Description of the task:
From the data below, retype exactly the lines starting with the one that contains "#52=CARTESIAN_POINT('',(0.,-88.737542,10.));" and ending with the one that contains "#80=PLANE('',#79);", both included.

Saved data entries
Start of Block

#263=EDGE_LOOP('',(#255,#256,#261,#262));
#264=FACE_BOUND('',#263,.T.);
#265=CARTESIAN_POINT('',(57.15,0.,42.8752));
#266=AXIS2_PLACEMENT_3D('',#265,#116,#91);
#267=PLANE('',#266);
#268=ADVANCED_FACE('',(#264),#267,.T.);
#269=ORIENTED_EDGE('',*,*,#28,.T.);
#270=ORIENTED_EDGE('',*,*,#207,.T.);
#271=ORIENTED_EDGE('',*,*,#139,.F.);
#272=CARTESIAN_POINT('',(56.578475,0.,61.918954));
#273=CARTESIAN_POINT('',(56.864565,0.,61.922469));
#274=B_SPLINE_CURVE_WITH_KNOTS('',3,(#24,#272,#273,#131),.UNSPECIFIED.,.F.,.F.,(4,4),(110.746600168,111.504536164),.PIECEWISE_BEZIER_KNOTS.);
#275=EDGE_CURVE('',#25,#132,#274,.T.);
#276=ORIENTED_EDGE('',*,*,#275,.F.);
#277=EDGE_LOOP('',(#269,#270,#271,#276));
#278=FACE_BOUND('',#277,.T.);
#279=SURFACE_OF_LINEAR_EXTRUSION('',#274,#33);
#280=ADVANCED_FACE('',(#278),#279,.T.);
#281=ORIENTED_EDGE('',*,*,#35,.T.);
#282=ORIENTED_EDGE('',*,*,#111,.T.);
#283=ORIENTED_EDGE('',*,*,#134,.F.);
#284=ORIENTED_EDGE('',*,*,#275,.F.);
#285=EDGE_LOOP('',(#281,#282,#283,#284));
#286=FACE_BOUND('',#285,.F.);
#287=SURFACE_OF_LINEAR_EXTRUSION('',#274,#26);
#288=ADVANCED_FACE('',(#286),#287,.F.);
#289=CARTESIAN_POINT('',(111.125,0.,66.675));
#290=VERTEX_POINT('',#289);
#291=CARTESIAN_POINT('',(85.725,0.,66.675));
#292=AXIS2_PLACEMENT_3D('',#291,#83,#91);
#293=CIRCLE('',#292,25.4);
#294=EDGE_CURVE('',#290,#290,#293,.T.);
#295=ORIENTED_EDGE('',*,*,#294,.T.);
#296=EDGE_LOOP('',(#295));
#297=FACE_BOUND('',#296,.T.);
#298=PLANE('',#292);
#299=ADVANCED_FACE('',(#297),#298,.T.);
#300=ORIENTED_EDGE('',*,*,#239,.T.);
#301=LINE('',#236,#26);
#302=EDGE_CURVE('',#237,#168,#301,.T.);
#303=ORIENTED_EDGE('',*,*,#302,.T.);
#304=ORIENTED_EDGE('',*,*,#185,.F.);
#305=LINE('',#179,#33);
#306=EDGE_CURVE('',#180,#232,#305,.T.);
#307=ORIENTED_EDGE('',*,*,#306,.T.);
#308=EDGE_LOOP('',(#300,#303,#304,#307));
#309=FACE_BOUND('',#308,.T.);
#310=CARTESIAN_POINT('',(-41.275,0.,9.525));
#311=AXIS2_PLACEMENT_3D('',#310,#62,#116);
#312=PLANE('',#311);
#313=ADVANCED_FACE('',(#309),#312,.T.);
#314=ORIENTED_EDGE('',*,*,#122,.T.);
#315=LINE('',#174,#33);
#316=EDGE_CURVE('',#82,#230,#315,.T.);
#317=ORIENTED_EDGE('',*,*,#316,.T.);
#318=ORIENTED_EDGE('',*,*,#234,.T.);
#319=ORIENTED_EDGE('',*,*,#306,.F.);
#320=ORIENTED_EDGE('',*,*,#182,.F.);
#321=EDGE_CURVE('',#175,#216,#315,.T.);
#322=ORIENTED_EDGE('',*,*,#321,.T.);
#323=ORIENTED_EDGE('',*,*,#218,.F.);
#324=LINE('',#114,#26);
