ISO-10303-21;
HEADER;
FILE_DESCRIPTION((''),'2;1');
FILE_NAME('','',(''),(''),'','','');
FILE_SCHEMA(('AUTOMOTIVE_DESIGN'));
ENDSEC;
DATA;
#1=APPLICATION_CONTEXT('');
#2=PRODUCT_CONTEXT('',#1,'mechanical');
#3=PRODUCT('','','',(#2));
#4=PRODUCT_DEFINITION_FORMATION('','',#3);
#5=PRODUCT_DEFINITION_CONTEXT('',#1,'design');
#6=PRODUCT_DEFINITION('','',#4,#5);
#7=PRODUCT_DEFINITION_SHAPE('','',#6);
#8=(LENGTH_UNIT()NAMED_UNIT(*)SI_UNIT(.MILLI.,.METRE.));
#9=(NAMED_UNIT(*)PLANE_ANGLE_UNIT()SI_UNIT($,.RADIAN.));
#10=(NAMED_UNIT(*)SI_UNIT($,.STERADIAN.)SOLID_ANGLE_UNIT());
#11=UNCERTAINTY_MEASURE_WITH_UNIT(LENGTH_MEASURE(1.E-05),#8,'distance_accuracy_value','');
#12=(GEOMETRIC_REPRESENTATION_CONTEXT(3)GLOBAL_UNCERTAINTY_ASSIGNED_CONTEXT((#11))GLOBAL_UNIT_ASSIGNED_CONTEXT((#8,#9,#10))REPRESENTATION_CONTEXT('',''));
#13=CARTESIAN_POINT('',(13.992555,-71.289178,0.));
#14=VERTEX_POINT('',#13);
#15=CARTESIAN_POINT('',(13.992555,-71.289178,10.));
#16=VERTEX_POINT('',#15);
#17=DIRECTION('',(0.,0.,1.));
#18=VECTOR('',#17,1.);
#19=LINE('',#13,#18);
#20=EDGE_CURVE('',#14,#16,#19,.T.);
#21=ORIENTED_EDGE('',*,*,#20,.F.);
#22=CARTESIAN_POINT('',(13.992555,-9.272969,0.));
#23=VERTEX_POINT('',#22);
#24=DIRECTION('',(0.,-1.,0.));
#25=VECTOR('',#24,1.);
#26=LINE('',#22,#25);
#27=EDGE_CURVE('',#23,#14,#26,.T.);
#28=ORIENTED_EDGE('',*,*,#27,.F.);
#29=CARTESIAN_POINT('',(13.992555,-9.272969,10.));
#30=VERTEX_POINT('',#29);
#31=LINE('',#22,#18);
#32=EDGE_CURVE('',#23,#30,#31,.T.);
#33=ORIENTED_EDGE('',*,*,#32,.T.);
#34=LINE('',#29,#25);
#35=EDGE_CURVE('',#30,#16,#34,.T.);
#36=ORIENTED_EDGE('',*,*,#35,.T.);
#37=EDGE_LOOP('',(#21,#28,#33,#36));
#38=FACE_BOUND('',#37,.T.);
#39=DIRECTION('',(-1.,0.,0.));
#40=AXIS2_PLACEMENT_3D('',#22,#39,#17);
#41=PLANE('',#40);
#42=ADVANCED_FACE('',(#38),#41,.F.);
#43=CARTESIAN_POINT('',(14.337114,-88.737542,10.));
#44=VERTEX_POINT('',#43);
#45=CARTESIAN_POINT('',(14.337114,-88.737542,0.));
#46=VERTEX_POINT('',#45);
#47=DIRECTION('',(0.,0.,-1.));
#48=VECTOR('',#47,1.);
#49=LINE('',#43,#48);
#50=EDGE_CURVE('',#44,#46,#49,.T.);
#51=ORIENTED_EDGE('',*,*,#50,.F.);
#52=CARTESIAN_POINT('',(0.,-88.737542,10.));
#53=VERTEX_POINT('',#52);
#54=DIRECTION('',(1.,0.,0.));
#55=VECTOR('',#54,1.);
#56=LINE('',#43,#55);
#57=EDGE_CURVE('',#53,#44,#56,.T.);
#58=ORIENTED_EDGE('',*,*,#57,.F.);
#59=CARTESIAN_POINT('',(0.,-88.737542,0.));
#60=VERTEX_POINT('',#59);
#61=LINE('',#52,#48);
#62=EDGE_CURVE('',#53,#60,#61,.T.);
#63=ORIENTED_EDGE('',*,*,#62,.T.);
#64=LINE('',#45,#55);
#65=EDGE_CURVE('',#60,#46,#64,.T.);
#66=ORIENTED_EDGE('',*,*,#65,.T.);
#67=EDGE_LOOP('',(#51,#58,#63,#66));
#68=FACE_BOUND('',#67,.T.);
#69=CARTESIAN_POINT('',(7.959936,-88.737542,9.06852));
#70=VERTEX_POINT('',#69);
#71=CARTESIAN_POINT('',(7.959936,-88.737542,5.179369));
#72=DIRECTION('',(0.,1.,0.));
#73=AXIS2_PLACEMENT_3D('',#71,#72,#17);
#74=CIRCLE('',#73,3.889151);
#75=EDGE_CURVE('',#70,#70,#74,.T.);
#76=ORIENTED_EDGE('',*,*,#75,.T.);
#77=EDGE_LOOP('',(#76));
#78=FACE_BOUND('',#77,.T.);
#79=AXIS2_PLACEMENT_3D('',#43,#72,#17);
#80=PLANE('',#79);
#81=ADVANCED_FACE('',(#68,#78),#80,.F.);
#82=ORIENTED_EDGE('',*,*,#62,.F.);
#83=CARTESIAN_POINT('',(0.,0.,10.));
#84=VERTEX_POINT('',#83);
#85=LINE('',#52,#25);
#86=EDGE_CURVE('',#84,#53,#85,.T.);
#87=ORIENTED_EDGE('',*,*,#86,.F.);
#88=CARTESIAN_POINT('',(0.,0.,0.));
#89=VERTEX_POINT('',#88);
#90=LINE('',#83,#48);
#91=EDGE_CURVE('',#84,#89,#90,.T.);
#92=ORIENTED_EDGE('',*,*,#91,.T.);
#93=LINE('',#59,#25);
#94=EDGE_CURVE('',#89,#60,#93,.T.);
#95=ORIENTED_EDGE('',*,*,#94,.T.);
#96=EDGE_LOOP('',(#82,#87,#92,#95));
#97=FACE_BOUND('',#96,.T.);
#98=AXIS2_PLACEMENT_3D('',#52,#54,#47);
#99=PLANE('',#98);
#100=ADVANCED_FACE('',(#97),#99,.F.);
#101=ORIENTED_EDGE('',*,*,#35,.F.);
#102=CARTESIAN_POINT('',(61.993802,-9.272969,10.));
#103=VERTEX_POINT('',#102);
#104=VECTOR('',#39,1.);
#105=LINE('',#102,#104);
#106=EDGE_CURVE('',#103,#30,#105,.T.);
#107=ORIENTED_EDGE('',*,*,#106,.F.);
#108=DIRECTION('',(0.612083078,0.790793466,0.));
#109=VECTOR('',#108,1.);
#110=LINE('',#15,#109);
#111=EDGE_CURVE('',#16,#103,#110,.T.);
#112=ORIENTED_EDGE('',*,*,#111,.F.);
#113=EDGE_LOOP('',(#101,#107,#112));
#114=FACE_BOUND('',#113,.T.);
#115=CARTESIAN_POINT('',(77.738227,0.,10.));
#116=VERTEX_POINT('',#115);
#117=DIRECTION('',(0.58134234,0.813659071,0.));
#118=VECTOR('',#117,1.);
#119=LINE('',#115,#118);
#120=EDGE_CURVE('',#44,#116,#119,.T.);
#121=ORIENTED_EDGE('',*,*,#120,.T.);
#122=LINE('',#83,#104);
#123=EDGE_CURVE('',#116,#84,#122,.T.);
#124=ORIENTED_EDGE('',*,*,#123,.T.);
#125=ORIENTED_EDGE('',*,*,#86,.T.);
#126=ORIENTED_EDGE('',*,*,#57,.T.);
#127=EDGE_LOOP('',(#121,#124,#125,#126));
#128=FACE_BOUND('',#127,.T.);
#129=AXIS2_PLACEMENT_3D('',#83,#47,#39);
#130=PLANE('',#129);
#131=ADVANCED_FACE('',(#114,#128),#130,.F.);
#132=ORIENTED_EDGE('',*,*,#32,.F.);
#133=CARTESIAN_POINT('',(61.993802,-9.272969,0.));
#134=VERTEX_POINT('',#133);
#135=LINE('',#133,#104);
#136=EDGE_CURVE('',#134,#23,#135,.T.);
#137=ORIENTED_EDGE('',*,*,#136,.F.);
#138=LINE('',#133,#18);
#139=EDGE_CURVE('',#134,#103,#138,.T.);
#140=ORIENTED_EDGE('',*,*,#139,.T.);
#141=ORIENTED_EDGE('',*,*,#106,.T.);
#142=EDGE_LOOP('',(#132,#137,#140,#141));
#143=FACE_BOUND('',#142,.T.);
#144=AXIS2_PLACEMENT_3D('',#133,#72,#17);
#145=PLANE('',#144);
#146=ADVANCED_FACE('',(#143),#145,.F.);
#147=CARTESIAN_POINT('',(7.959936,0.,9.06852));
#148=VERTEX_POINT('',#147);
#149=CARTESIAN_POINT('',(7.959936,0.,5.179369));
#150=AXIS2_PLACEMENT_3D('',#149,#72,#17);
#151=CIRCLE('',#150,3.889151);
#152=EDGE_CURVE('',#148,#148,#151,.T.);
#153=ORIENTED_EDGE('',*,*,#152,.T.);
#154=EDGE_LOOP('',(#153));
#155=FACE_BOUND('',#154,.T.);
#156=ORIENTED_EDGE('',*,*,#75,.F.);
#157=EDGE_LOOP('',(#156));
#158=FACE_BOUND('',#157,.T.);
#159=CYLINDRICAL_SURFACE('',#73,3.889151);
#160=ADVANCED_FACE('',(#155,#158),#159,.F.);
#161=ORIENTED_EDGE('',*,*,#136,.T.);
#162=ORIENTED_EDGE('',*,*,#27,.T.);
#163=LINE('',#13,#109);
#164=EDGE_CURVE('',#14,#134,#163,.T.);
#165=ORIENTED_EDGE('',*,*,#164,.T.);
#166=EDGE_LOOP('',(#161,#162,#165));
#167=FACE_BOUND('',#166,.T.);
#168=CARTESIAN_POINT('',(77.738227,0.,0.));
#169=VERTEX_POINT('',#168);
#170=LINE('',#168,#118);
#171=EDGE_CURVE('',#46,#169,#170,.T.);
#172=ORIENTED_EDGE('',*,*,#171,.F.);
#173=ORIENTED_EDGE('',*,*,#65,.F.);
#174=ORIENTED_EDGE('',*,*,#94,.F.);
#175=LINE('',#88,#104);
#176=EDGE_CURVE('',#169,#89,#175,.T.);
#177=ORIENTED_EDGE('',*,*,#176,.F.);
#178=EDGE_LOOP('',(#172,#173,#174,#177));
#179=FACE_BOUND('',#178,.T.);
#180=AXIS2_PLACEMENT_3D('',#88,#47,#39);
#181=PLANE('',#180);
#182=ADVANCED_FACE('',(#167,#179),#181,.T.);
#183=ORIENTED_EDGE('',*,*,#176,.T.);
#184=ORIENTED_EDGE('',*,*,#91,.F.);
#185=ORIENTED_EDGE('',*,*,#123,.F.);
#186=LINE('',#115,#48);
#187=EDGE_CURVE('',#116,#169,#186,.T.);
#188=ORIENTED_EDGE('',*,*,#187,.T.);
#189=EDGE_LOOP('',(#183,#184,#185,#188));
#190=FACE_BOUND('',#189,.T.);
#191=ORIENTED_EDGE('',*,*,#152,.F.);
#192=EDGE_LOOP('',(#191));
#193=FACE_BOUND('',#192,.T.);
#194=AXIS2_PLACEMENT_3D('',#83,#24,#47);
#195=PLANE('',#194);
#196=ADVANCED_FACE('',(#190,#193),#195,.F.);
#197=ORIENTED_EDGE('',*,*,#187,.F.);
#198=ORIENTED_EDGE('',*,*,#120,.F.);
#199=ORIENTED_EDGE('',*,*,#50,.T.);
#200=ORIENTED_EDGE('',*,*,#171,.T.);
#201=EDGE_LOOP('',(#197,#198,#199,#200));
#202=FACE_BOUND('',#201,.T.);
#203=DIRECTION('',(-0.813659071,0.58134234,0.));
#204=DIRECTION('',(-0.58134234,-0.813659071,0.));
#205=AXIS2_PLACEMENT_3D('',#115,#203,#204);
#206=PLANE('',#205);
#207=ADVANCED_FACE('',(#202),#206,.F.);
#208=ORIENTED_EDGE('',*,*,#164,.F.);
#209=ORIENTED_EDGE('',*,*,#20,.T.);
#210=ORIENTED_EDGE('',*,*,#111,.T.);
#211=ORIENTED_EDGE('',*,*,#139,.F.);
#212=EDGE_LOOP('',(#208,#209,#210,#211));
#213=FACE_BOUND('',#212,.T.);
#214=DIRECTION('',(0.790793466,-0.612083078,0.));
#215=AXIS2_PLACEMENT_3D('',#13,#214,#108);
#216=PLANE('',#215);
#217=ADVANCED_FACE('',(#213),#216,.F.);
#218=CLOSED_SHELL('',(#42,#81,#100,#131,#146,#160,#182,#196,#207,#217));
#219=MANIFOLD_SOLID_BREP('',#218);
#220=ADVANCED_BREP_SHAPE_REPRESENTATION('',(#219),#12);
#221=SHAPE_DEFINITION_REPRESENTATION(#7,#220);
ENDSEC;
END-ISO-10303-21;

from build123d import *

# Parameters (mm, degrees)
BOSS_EXTRU_1_DEPTH      = 10
ESQUISSE2_R             = 3.889151143
ENL_V_MAT_EXTRU_1_DEPTH = 89.737541713
ENL_V_MAT_EXTRU_2_DEPTH = 11


with BuildPart() as part:
    # Esquisse1 → Boss.-Extru.1 (new body)
    with BuildSketch(Plane.XY):
        Polygon((0, 0), (77.738226815, 0), (14.337114468, -88.737541713), (0, -88.737541713), align=None)
    extrude(amount=BOSS_EXTRU_1_DEPTH)

    # Esquisse2 → Enlèv. mat.-Extru.1 (cut, through all)
    with BuildSketch(Plane(origin=(0, 0, 0), x_dir=(1, 0, 0), z_dir=(0, 1, 0))):
        with Locations((7.959936212, -5.179369155)):
            Circle(ESQUISSE2_R)
    extrude(amount=-ENL_V_MAT_EXTRU_1_DEPTH, mode=Mode.SUBTRACT)

    # Esquisse4 → Enlèv. mat.-Extru.2 (cut, through all)
    with BuildSketch(Plane.XY.offset(10)):
        Polygon((13.992554962, -9.272968918), (13.992554962, -71.289178), (61.99380154, -9.272968918), align=None)
    extrude(amount=-ENL_V_MAT_EXTRU_2_DEPTH, mode=Mode.SUBTRACT)


solid = part.part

End of Block

Solution to the problem:
#52=CARTESIAN_POINT('',(0.,-88.737542,10.));
#53=VERTEX_POINT('',#52);
#54=DIRECTION('',(1.,0.,0.));
#55=VECTOR('',#54,1.);
#56=LINE('',#43,#55);
#57=EDGE_CURVE('',#53,#44,#56,.T.);
#58=ORIENTED_EDGE('',*,*,#57,.F.);
#59=CARTESIAN_POINT('',(0.,-88.737542,0.));
#60=VERTEX_POINT('',#59);
#61=LINE('',#52,#48);
#62=EDGE_CURVE('',#53,#60,#61,.T.);
#63=ORIENTED_EDGE('',*,*,#62,.T.);
#64=LINE('',#45,#55);
#65=EDGE_CURVE('',#60,#46,#64,.T.);
#66=ORIENTED_EDGE('',*,*,#65,.T.);
#67=EDGE_LOOP('',(#51,#58,#63,#66));
#68=FACE_BOUND('',#67,.T.);
#69=CARTESIAN_POINT('',(7.959936,-88.737542,9.06852));
#70=VERTEX_POINT('',#69);
#71=CARTESIAN_POINT('',(7.959936,-88.737542,5.179369));
#72=DIRECTION('',(0.,1.,0.));
#73=AXIS2_PLACEMENT_3D('',#71,#72,#17);
#74=CIRCLE('',#73,3.889151);
#75=EDGE_CURVE('',#70,#70,#74,.T.);
#76=ORIENTED_EDGE('',*,*,#75,.T.);
#77=EDGE_LOOP('',(#76));
#78=FACE_BOUND('',#77,.T.);
#79=AXIS2_PLACEMENT_3D('',#43,#72,#17);
#80=PLANE('',#79);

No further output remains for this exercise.